Department of Microbiology, University of Chicago, IL 60637, USA.
BMC Microbiol. 2012 Sep 25;12:219. doi: 10.1186/1471-2180-12-219.
Staphylococcus aureus secretes EsxA and EsxB, two small polypeptides of the WXG100 family of proteins. Genetic analyses have shown that production and secretion of EsxA and EsxB require an intact ESAT-6 Secretion System (ESS), a cluster of genes that is conserved in many Firmicutes and encompasses esxA and esxB . Here, we characterize EssB, one of the proteins encoded by the ESS cluster. EssB is highly conserved in Gram-positive bacteria and belongs to the Cluster of Orthologous Groups of protein COG4499 with no known function.

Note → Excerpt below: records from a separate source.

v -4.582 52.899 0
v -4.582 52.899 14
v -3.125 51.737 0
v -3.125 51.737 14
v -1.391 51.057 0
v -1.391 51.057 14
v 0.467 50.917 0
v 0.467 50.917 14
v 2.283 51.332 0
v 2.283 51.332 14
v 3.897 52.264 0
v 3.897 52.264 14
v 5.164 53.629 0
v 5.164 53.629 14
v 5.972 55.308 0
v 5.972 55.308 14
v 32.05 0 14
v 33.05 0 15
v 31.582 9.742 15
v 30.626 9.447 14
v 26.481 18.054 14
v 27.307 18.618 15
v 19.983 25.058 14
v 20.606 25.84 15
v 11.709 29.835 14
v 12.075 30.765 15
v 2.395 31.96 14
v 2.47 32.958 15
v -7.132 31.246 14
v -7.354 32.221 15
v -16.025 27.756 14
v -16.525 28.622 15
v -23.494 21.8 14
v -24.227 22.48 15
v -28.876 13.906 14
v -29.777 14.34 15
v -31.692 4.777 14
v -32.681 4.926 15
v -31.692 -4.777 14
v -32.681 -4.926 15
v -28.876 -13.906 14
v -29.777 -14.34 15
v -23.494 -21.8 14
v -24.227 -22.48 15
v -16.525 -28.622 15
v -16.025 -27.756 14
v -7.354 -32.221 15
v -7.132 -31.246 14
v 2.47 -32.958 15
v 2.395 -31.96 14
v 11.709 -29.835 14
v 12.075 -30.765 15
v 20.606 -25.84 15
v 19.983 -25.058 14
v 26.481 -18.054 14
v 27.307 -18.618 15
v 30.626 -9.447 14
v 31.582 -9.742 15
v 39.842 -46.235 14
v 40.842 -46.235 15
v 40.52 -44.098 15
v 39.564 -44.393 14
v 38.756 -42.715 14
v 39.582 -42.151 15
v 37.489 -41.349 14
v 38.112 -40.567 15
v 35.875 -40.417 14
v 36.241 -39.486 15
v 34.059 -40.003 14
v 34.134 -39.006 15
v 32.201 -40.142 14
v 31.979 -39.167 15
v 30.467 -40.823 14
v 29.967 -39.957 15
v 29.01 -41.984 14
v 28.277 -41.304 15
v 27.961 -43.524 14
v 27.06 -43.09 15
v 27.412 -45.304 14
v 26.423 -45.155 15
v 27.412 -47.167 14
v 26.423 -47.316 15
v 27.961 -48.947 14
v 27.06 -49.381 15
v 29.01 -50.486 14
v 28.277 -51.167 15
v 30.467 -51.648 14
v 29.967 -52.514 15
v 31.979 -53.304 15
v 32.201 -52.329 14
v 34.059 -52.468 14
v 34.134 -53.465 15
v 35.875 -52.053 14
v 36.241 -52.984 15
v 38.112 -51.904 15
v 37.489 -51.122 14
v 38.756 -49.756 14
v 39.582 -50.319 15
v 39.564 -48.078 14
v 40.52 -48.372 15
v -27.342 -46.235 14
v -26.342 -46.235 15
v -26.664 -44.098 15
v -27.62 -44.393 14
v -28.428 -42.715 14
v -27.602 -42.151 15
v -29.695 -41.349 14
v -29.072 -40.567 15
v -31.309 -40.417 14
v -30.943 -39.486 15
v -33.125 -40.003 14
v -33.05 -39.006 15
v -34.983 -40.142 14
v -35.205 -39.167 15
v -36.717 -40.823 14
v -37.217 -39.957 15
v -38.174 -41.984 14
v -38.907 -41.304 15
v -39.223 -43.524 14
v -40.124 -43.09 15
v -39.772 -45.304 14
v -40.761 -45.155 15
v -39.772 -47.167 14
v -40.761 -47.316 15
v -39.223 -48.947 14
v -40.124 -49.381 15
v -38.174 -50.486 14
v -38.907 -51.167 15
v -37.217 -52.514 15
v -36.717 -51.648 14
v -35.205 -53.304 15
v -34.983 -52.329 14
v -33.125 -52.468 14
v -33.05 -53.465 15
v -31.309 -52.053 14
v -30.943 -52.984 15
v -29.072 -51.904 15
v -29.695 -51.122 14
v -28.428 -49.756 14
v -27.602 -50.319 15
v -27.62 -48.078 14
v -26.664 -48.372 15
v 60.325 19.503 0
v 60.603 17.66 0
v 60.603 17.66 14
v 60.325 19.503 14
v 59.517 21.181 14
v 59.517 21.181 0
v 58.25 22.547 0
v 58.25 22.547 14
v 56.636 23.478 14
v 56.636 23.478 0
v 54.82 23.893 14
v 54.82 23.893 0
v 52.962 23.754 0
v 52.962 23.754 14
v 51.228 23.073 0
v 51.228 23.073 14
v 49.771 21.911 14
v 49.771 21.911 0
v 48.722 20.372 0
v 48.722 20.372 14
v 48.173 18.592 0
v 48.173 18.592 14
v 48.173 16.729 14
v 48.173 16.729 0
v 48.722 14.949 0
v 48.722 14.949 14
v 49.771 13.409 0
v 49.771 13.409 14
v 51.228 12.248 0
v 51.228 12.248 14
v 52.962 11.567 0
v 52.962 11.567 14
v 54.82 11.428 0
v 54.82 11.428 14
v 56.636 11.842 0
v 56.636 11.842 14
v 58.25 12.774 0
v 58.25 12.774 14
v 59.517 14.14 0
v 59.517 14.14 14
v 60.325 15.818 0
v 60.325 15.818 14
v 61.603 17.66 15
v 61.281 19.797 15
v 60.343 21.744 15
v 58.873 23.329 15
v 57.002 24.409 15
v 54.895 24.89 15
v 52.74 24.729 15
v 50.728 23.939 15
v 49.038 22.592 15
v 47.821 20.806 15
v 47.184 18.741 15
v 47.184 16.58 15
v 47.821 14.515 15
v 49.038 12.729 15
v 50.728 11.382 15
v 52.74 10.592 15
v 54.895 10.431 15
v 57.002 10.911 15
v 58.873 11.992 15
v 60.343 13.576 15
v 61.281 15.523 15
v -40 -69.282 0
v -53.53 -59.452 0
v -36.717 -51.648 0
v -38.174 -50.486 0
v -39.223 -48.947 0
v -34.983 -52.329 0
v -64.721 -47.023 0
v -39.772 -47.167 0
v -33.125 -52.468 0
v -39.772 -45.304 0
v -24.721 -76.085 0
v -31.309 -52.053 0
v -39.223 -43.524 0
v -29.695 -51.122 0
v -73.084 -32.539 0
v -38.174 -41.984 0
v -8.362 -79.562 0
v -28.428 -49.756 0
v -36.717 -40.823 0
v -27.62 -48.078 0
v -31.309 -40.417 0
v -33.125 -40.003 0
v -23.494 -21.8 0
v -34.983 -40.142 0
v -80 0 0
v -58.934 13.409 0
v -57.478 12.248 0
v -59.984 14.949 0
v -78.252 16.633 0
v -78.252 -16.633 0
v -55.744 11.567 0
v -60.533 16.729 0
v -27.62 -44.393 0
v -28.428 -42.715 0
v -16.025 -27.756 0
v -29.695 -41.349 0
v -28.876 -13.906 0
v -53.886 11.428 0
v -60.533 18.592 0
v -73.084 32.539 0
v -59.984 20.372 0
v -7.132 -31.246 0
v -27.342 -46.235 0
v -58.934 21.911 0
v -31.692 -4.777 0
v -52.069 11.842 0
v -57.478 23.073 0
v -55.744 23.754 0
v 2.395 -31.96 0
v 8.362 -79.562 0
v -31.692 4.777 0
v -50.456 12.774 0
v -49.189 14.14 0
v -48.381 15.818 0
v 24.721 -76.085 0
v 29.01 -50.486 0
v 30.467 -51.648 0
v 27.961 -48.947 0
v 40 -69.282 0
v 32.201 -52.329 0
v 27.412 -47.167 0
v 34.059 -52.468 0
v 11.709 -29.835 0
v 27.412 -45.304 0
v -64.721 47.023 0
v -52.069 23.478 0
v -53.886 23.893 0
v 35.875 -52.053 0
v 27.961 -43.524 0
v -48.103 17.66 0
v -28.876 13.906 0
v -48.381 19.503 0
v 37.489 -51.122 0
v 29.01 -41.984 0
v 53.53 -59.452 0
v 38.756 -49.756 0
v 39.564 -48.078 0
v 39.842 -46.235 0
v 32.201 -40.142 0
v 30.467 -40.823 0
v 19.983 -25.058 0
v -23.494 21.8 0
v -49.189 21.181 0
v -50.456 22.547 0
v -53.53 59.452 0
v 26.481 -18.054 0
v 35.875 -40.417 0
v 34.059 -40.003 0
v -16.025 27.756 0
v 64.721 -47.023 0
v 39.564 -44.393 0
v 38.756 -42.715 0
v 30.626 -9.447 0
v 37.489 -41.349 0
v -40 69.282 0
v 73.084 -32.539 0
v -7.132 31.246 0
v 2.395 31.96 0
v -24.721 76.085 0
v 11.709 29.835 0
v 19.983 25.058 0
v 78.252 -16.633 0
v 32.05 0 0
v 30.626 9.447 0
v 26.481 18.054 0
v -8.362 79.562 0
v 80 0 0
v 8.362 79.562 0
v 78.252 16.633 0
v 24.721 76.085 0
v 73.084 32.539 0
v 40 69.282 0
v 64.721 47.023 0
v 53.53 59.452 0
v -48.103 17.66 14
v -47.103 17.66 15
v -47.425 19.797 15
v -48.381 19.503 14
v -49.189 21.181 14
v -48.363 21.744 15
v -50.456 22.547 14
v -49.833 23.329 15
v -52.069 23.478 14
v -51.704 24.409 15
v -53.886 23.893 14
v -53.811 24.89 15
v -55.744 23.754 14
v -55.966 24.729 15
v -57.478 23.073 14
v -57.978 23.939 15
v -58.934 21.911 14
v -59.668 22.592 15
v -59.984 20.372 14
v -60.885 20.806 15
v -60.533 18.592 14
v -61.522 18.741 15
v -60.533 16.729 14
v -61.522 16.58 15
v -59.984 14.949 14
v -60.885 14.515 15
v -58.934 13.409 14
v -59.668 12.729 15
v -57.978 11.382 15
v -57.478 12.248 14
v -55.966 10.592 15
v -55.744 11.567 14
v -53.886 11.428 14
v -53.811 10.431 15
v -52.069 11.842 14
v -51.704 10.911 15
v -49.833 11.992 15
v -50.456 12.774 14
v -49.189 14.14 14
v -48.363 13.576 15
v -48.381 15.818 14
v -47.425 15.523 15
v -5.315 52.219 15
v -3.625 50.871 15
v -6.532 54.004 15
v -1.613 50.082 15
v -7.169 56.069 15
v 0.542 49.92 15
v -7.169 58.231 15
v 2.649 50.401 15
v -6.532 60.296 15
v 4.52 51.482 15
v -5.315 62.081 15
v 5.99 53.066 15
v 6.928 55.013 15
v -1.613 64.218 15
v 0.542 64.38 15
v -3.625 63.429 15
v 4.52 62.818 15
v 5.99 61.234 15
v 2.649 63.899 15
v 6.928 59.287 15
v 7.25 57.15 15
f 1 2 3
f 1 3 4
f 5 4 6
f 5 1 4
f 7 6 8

By generating an internal deletion in essB , we demonstrate that EssB is required for secretion of EsxA. We use a polyclonal antibody to identify EssB and show that the protein fractionates with the plasma membrane of S. aureus . Yet, when produced in Escherichia coli, EssB remains mostly soluble and the purified protein assembles into a highly organized oligomer that can be visualized by electron microscopy. Production of truncated EssB variants in wild-type S. aureus confers a dominant negative phenotype on EsxA secretion.
The data presented here support the notion that EssB may oligomerize and interact with other membrane components to form the WXG100-specific translocon in S. aureus .
金黄色葡萄球菌分泌 EsxA 和 EsxB,这两种小的 WXG100 家族蛋白多肽。遗传分析表明,EsxA 和 EsxB 的产生和分泌需要一个完整的 ESAT-6 分泌系统(ESS),这是一组在许多 Firmicutes 中保守的基因,包含 esxA 和 esxB。在这里,我们描述了 ESS 簇编码的蛋白之一 EssB。EssB 在革兰氏阳性菌中高度保守,属于 COG4499 蛋白的同源簇,没有已知的功能。
通过在 essB 中产生内部缺失,我们证明 EssB 是 EsxA 分泌所必需的。我们使用多克隆抗体来鉴定 EssB,并表明该蛋白与金黄色葡萄球菌的质膜分离。然而,当在大肠杆菌中产生时,EssB 仍然主要是可溶的,并且纯化的蛋白组装成高度有序的寡聚物,可以通过电子显微镜观察到。在野生型金黄色葡萄球菌中产生截短的 EssB 变体赋予 EsxA 分泌显性负表型。
这里提出的的数据支持这样的观点,即 EssB 可能寡聚化并与其他膜成分相互作用,在金黄色葡萄球菌中形成 WXG100 特异性转位体。